ChatGPT has had more airtime than the world’s most renowned celebrity. Its arrival has sparked questions and concerns that some did not even think to ask, including if it is a threat to our critical thinking skills.

Write this essay. Complete this analysis. Unpack the meaning behind this excerpt. These are all sentences that bring horror to those who do homework – lengthy essays about things that students are not sure they care about, and that many do not see the point in doing in the first place. This homework is not designed to be terrifying; it is designed to ignite the mind and critical thinking; to challenge students to form their own opinions and then using research and cognitive thinking to back them up. Currently, this is being threatened by tools like ChatGPT.

Yet, artificial intelligence (AI) tools are here to stay so instead of seeing it as a threat, it should be seen as an asset, but one that supports cognitive growth and memory function rather than replacing it, says Anna Collard, SVP Content Strategy & Evangelist at KnowBe4 AFRICA.

“Research by George Millar in 1956 found that the average person can only keep around seven items in their working memory,” she explains. “Miller’s Law of seven plus-minus two means up to nine or as little as five items are the limit of a human’s processing abilities. Today, that number has gone down to four ( This research, along with other academic papers and analyses (, points to reduced memory due to an over-reliance on technology also called the Google effect,” explains Collard.

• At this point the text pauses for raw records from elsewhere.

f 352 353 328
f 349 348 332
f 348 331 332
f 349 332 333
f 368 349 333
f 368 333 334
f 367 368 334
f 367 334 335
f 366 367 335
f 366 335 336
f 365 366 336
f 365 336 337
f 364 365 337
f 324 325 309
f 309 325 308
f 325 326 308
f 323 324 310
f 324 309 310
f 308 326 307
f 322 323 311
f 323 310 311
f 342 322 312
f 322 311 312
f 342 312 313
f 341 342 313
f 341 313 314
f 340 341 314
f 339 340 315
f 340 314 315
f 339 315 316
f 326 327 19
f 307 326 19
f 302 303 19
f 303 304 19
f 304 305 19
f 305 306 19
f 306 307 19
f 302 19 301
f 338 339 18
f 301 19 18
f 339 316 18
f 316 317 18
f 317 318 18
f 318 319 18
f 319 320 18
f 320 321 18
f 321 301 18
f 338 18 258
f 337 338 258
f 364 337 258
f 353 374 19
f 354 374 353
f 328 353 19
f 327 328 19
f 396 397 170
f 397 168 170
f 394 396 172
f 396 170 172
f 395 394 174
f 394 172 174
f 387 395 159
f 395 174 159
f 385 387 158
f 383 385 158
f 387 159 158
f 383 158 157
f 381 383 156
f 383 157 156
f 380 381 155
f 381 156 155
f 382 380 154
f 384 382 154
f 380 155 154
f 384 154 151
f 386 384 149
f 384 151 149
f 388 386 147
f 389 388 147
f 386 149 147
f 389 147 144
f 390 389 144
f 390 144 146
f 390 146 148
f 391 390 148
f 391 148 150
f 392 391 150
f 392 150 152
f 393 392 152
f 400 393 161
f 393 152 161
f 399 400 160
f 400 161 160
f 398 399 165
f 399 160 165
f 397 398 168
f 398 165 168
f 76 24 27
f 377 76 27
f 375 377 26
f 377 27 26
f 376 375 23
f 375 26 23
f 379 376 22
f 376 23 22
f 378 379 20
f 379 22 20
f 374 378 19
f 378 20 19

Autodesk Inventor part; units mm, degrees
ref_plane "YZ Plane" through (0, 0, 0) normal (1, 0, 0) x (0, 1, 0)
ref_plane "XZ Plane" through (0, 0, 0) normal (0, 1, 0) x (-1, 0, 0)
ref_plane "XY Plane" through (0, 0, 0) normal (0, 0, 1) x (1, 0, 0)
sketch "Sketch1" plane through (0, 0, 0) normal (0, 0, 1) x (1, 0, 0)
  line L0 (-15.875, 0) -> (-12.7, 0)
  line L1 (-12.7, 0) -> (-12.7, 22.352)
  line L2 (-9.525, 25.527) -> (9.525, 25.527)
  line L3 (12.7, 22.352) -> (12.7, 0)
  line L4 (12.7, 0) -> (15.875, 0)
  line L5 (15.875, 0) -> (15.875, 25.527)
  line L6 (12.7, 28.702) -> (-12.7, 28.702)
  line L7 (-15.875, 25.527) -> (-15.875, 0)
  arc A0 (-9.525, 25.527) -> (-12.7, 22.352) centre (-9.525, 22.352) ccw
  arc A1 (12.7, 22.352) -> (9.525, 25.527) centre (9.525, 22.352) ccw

This is a concern, one that has grown increasingly vocal over the past year as educators and researchers have pondered the impact of technology, and now AI, on cognitive behaviour and memory retention. However, it is also balanced by research that has pointed out that actually, human beings have been outsourcing their memory to various materials and solutions for centuries. Paper, parchment, papyrus, and wood are some prime examples. Modern technology is no different. It can be a tool to bolster memory and make it far easier for humans to manage lives that are deluged by information, noise, and digital clutter.

Do not ban it, rather teach students how to use it within practical guidelines and policies that help them to enhance their understanding of AI and this type of tool

“The research goes in both directions, suggesting that technology is both an enabler and an inhibitor of human memory,” says Collard. “This points to the fact that actually, the impact does not lie in using it, but in how it is used or, in the case of ChatGPT, abused. The latter can be a handy tool that supports students in their research and studies, but if it becomes the sole source of information and does all the writing for them, that is where the problems start.”

Nowadays, remembering where you found a fact has become more important than remembering the fact itself. This translates directly into the biggest challenge with ChatGPT – it is vague on its sources and often out of date, which means that it rarely is as accurate as it needs to be.

“ChatGPT uses machine learning to infer information and this introduces inaccuracies,” says Collard. “If you ask ChatGPT what happens if you break a mirror, it replies, ‘ You will have seven years of bad luck’. This is not a fact; it is based on superstition. If users do not constantly check the factual accuracy of ChatGPT, they run the risk of sharing fake news, inaccurate information, and even conspiracy theories.”

The TruthfulQA benchmark test has found that most generative models are only truthful 25% of the time, according to the  2022 Stanford University ( Artificial Intelligence Index Report. This means over-reliance on technology such as ChatGPT is simply going to make the student’s work look stupid. However, that is not enough to stop people from turning to tech when they are tired, overwhelmed or lazy, which means that the best approach is to embrace it.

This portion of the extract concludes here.